Were they wrapped in friction tape or vinyl.?


----------



## BuzzKill

'bout to ask if they were wrapped in tape..what type? that old sh*t you find in houses from the 40's, kinda cloth/rubber?


----------



## BuzzKill

they're so clean! how did they get twisted on the wire while not getting dinged up?


----------



## 480sparky

Plain ol' plastic tape. I'm sure they originally had friction tape, but somewhere along the line someone took the cover off the box, pulled the connections up, and tapped in with NM. It was still sticky & nasty. I soaked them in a solvent for a couple hours before taking the pix.


----------



## 480sparky

BuzzKill said:


> they're so clean! how did they get twisted on the wire while not getting dinged up?



Same way they didn't get dinged up with I used my near-new Knipex's when taking 'em off.... they're spring steel.

I also think some were made where, at the top of the spring, the steel extended out so you can 'spin' it witn your finger while holding the wires with your other hand. Once tightened, it gets cut off.


----------



## Wirenuting

It's a nice find.


----------



## BuzzKill

480sparky said:


> I also think some were made where, at the top of the spring, the steel extended out so you can 'spin' it witn your finger while holding the wires with your other hand. Once tightened, it gets cut off.


I trust your Google Wisdom to find as such, eh? :thumbsup:


----------



## BuzzKill

Yeah looks like they were trimmed in the field..


----------



## HARRY304E

480sparky said:


> During a punchlist for an home sale closing inspection today, I needed to button up some open 8b boxes in the attic. I had to replace them with 4s boxes, and found these 'wire nuts' connecting the conductors together.
> 
> I kept them, brought them home and cleaned 'em up.


 Ken that looks like # 10 wire coiled up is that really that big or is it smaller?


----------



## dowmace

I have a book that shows how to use those, they came with a little wire handle sticking off the top there that ran out sideways so you had leverage to screw them on the handle would break off when the wirenut was tight and you taped over them. We've come a long way.


----------



## McClary’s Electrical

HARRY304E said:


> Ken that looks like # 10 wire coiled up is that really that big or is it smaller?


 

No, Harry. He used a really big fake penny to confuse us


----------



## 480sparky

HARRY304E said:


> Ken that looks like # 10 wire coiled up is that really that big or is it smaller?
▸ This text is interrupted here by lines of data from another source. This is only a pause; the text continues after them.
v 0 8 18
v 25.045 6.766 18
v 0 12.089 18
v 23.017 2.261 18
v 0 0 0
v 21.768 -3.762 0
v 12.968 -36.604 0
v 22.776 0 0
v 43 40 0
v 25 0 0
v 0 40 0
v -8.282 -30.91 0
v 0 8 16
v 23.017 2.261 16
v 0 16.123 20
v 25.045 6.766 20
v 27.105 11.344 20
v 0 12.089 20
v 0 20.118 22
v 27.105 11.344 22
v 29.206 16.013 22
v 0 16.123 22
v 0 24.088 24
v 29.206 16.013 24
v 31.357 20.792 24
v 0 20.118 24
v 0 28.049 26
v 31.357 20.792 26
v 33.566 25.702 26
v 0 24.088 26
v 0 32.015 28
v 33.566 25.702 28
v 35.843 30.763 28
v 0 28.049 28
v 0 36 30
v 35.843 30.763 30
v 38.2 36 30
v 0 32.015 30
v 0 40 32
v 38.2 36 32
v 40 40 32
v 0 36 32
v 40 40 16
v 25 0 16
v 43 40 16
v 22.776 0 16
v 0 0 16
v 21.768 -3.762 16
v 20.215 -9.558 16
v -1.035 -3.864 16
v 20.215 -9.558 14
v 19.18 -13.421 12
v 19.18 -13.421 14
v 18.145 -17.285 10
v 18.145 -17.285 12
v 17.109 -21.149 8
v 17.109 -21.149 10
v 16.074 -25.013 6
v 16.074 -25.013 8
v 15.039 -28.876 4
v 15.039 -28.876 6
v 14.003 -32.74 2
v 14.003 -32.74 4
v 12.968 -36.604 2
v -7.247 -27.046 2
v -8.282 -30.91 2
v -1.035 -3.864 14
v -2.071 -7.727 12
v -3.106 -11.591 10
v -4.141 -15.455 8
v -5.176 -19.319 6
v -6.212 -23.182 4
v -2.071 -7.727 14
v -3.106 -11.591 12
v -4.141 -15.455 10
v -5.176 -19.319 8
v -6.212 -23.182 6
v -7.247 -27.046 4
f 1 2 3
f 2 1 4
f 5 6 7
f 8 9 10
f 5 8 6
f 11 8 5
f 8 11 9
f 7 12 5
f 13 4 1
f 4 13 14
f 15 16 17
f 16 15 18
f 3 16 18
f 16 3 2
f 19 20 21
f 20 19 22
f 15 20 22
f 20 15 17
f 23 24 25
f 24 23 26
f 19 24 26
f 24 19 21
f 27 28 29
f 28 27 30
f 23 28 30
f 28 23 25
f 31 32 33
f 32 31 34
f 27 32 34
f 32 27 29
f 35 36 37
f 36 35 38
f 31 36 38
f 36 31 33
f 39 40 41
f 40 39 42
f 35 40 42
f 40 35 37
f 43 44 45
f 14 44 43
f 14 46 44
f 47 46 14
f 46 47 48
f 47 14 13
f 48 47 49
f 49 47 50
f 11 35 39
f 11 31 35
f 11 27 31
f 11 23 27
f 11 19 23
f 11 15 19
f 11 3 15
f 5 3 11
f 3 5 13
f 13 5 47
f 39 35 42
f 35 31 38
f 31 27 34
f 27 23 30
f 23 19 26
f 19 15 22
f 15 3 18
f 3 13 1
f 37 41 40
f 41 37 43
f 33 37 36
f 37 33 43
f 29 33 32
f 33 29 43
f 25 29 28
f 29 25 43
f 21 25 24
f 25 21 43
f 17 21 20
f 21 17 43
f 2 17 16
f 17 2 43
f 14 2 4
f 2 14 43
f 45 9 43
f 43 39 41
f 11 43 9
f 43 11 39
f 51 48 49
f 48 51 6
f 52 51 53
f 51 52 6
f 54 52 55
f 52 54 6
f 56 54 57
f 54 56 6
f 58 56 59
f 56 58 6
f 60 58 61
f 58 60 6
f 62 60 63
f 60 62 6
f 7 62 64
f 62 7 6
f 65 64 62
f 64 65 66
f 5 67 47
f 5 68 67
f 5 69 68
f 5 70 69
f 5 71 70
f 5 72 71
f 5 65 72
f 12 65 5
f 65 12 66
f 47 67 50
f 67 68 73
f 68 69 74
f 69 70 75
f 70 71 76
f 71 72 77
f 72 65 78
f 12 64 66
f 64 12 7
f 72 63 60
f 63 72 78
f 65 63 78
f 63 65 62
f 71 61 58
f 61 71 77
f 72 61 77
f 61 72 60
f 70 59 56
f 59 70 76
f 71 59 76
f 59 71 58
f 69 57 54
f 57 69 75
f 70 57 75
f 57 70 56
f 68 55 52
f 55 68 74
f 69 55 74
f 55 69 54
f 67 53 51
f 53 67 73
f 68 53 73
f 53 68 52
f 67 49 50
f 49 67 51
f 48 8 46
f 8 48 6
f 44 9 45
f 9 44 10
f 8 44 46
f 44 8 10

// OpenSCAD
gap=0.3;
wid=22; 
lwid=40; 

intersection() {   
    color([0,0,1]) linear_extrude(32) polygon([[0,0],[wid,0],[lwid,40],[0,40]]);
    // Stufen oberes Segment
    union(){
        translate([0,8,0]) rotate([0,0,-16]) for (ii=[1:8]) {
            rotate([0,0,2*ii]) translate([-5,(ii-1)*4,0]) cube([5+lwid,6,ii*2+16]);
        }
        // Podest
        color([0,1,1])cube([50,50,16]);
    }
}

// Podest
color([0,1,1]) rotate([0,0,-15]) translate([0,-4,0]) cube([22,20,16]);
// Stufen unteres Segment
color([1,1,0]) rotate([0,0,-15]) translate([0,-32,0]) for (ii=[1:8]) {
    translate([0,(ii-1)*4,0]) cube([wid,6,ii*2]);
}

color([1,0,1]) 
linear_extrude(16) polygon([[0,0],[22/cos(0.30)+3,0],[43,40],[0,40]]);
Well, gee, there's a penny there for scale...........


----------



## HARRY304E

mcclary's electrical said:


> No, Harry. He used a really big fake penny to confuse us





480sparky said:


> Well, gee, there's a penny there for scale...........


Ok..:laughing::laughing:


----------



## BuzzKill

mcclary's electrical said:


> No, Harry. He used a really big fake penny to confuse us


I just spit up my beer reading that! :laughing:


----------



## 480sparky

​


----------



## HARRY304E

BuzzKill said:


> I just spit up my beer reading that! :laughing:


 I hope it did not come out of your nose..:laughing::laughing:


----------



## HARRY304E

480sparky said:


>


 Ken has the best computer..:laughing:


----------



## 480sparky

HARRY304E said:


> Ken has the best computer..:laughing:



And I'm not afraid to use it! :no:


----------



## knowshorts

Nice find. My grandpa told me about those. They did have a tab on them. The guys loved them because they didn't have to wear the solder packs anymore.


----------



## Juan B. McKillwhitey

I invented those in 1840 when I was stringing telegraph line through the Territory of Iowa.


----------



## NickTaylor

Thanks for sharing.
This is so informative for beginner. I really share it with my friends.


----------



## Malaking_TT

Looks like the inside of a red wirenut that's missing the plastic part.


----------



## 480sparky

Malaking_TT said:


> Looks like the inside of a red wirenut that's missing the plastic part.



The spring is how wire nuts got started. You installed the spring, then wrapped it with tape.


----------



## bereawouldworker

maybe it's no big find, but perhaps a melted off wirenut that someone just taped up. lol. i've seen that before.


----------



## 480sparky

bereawouldworker said:


> maybe it's no big find, but perhaps a melted off wirenut that someone just taped up. lol. i've seen that before.


Then the solder would have melted as well.:whistling2:


----------



## Wirenuting

480sparky said:


> Then the solder would have melted as well.:whistling2:


Solder? 
Did I hear solder pot? 
Need to borrow my solder pot?

Wait a second.. 
Only a young hack would use solder and a spring nut. 
Darn kids and those new fangle nuts. Going to put us all out work.


----------



## 480sparky

Wirenuting said:


> Solder?
> Did I hear solder pot?
> Need to borrow my solder pot?



Not any more. :no:


----------



## jmellc

Malaking_TT said:


> Looks like the inside of a red wirenut that's missing the plastic part.


That's what I thought. I've seen people lose the shell while tightening, then just wrap with tape. That's why I quit using red B2 wirenuts. they used to be some of the best. They are mostly junk now. They come apart or crack easily. I buy 3M mostly, with or without yellow skirt.

I never knew about these. We learn something every day.


----------